= Terrarium (novel) =

1985 novel by Scott Russell Sanders

Terrarium is a 1985 science fiction novel by American writer and essayist Scott Russell Sanders, published by Tor.

==Plot summary==

In the late 21st century, humans have been forcibly moved into an enclosed network of domed cities connected by travel tubes known as 'The Human System'. The outside world was left because of extreme pollution, and the cities rely on harvesting the seas. Inside these cities, (called the "Enclosure") taboos extend so far as to make uncovered legs and unpainted faces a horrific sin. Due to likely ongoing large scale social engineering there are 12 stages for mating but most women have their reproductive organs removed or are used as breeders starting at the age of 13.
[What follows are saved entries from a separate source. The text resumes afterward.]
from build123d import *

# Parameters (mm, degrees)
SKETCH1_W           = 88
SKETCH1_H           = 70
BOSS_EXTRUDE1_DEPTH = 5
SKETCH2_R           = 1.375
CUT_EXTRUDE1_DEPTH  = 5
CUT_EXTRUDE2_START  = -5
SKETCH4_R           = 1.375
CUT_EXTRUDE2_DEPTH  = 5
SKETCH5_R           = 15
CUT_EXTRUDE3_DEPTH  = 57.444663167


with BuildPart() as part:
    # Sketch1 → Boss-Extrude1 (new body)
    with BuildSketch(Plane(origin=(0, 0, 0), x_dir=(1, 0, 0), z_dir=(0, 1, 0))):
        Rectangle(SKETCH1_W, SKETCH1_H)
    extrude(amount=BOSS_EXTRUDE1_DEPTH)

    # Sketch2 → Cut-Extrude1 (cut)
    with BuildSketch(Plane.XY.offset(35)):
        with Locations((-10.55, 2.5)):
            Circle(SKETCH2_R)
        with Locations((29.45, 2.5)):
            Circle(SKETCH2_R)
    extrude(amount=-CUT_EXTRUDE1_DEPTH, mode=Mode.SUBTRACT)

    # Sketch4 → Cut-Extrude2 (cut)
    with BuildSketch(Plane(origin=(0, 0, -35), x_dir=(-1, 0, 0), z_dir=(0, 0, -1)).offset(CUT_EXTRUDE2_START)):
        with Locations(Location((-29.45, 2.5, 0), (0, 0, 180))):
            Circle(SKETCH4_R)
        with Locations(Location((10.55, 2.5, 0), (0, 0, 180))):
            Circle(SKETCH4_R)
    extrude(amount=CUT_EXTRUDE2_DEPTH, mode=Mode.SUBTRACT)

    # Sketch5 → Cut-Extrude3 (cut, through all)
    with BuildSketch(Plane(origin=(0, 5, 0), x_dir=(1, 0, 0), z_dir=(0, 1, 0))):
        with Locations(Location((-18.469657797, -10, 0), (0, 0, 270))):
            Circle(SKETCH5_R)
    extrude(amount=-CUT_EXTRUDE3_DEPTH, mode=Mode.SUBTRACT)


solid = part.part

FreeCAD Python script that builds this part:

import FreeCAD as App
import Part
import Sketcher

V = App.Vector
Q = App.Units.Quantity


def add_polygon(sketch, points):
    """Adds a closed chain of lines whose ends are joined by coincident constraints."""
    first, n = sketch.GeometryCount, len(points)
    for a, b in zip(points, points[1:] + points[:1]):
        sketch.addGeometry(Part.LineSegment(App.Vector(*a, 0), App.Vector(*b, 0)), False)
    for i in range(n):
        sketch.addConstraint(Sketcher.Constraint("Coincident", first + i, 2, first + (i + 1) % n, 1))

doc = App.newDocument("Part")
body = doc.addObject("PartDesign::Body", "Body")

# Sketch on XZ plane
sketch1 = body.newObject("Sketcher::SketchObject", "Sketch")
sketch1.AttachmentSupport = (doc.getObject("XZ_Plane"), [""])
sketch1.MapMode = "FlatFace"
add_polygon(sketch1, [(-44, -35), (-44, 35), (44, 35), (44, -35)])  # lines 0-3
sketch1.addConstraint([
    Sketcher.Constraint("Vertical", 0),
    Sketcher.Constraint("Horizontal", 1),
    Sketcher.Constraint("Vertical", 2),
    Sketcher.Constraint("Horizontal", 3),
    Sketcher.Constraint("Symmetric", 0, 2, 2, 2, -1, 1),
    Sketcher.Constraint("DistanceX", 1, 1, 1, 2, Q("88 mm")),
    Sketcher.Constraint("DistanceY", 0, 1, 0, 2, Q("70 mm")),
])
pad1 = body.newObject("PartDesign::Pad", "Pad")
pad1.Profile = sketch1
pad1.Length = 5
pad1.Reversed = True

# Sketch on XY plane
sketch2 = body.newObject("Sketcher::SketchObject", "Sketch001")
sketch2.AttachmentSupport = (doc.getObject("XY_Plane"), [""])
sketch2.MapMode = "FlatFace"
sketch2.AttachmentOffset = App.Placement(V(0, 0, 35), App.Rotation())
sketch2.addGeometry([
    Part.Circle(V(-10.55, 2.5, 0), V(0, 0, 1), 1.375),
    Part.Circle(V(29.45, 2.5, 0), V(0, 0, 1), 1.375),
], False)
sketch2.addConstraint([
    Sketcher.Constraint("Equal", 0, 1),
    Sketcher.Constraint("Horizontal", 0, 3, 1, 3),
    Sketcher.Constraint("Diameter", 0, Q("2.75 mm")),
    Sketcher.Constraint("DistanceX", 0, 3, 1, 3, Q("40 mm")),
    Sketcher.Constraint("DistanceY", -1, 1, 0, 3, Q("2.5 mm")),
    Sketcher.Constraint("DistanceX", 0, 3, -1, 1, Q("10.55 mm")),
])
pocket1 = body.newObject("PartDesign::Pocket", "Pocket")
pocket1.Profile = sketch2
pocket1.Length = 5

# Sketch on XY plane
sketch3 = body.newObject("Sketcher::SketchObject", "Sketch002")
sketch3.AttachmentSupport = (doc.getObject("XY_Plane"), [""])
sketch3.MapMode = "FlatFace"
sketch3.AttachmentOffset = App.Placement(V(0, 0, -30), App.Rotation())
sketch3.addGeometry([
    Part.Circle(V(29.45, 2.5, 0), V(0, 0, 1), 1.375),
    Part.Circle(V(-10.55, 2.5, 0), V(0, 0, 1), 1.375),
], False)
sketch3.addConstraint([
    Sketcher.Constraint("Equal", 0, 1),
    Sketcher.Constraint("Horizontal", 0, 3, 1, 3),
    Sketcher.Constraint("Diameter", 0, Q("2.75 mm")),
    Sketcher.Constraint("DistanceX", 1, 3, 0, 3, Q("40 mm")),
    Sketcher.Constraint("DistanceY", -1, 1, 0, 3, Q("2.5 mm")),
    Sketcher.Constraint("DistanceX", -1, 1, 0, 3, Q("29.45 mm")),
])
pocket2 = body.newObject("PartDesign::Pocket", "Pocket001")
pocket2.Profile = sketch3
pocket2.Length = 5

# Sketch on XZ plane
sketch4 = body.newObject("Sketcher::SketchObject", "Sketch003")
sketch4.AttachmentSupport = (doc.getObject("XZ_Plane"), [""])
sketch4.MapMode = "FlatFace"
sketch4.AttachmentOffset = App.Placement(V(0, 0, -5), App.Rotation())
sketch4.addGeometry(Part.Circle(V(-18.469658, 10, 0), V(0, 0, 1), 15), False)
sketch4.addConstraint([
    Sketcher.Constraint("Diameter", 0, Q("30 mm")),
    Sketcher.Constraint("DistanceY", -1, 1, 0, 3, Q("10 mm")),
    Sketcher.Constraint("DistanceX", 0, 3, -1, 1, Q("18.469658 mm")),
])
pocket3 = body.newObject("PartDesign::Pocket", "Pocket002")
pocket3.Profile = sketch4
pocket3.Type = "ThroughAll"
pocket3.Reversed = True

doc.recompute()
Fear of the outside is extreme, another aspect of the social engineering that was incorporated into The Human System. Hence it is called the "wilder" and people who enter these lands legally on maintenance work are called wildergoers. Exiting The Human System without permission is illegal and might result in execution.

The book focuses on a man named Phoenix and a Wildergoer called Teeg Passio, daughter of a renowned deconstructor of the original Earth cities whose pieces and materials were used to create the Enclosure. The book details how they and a group of others escape out into the wilds and find an outside world they didn't expect.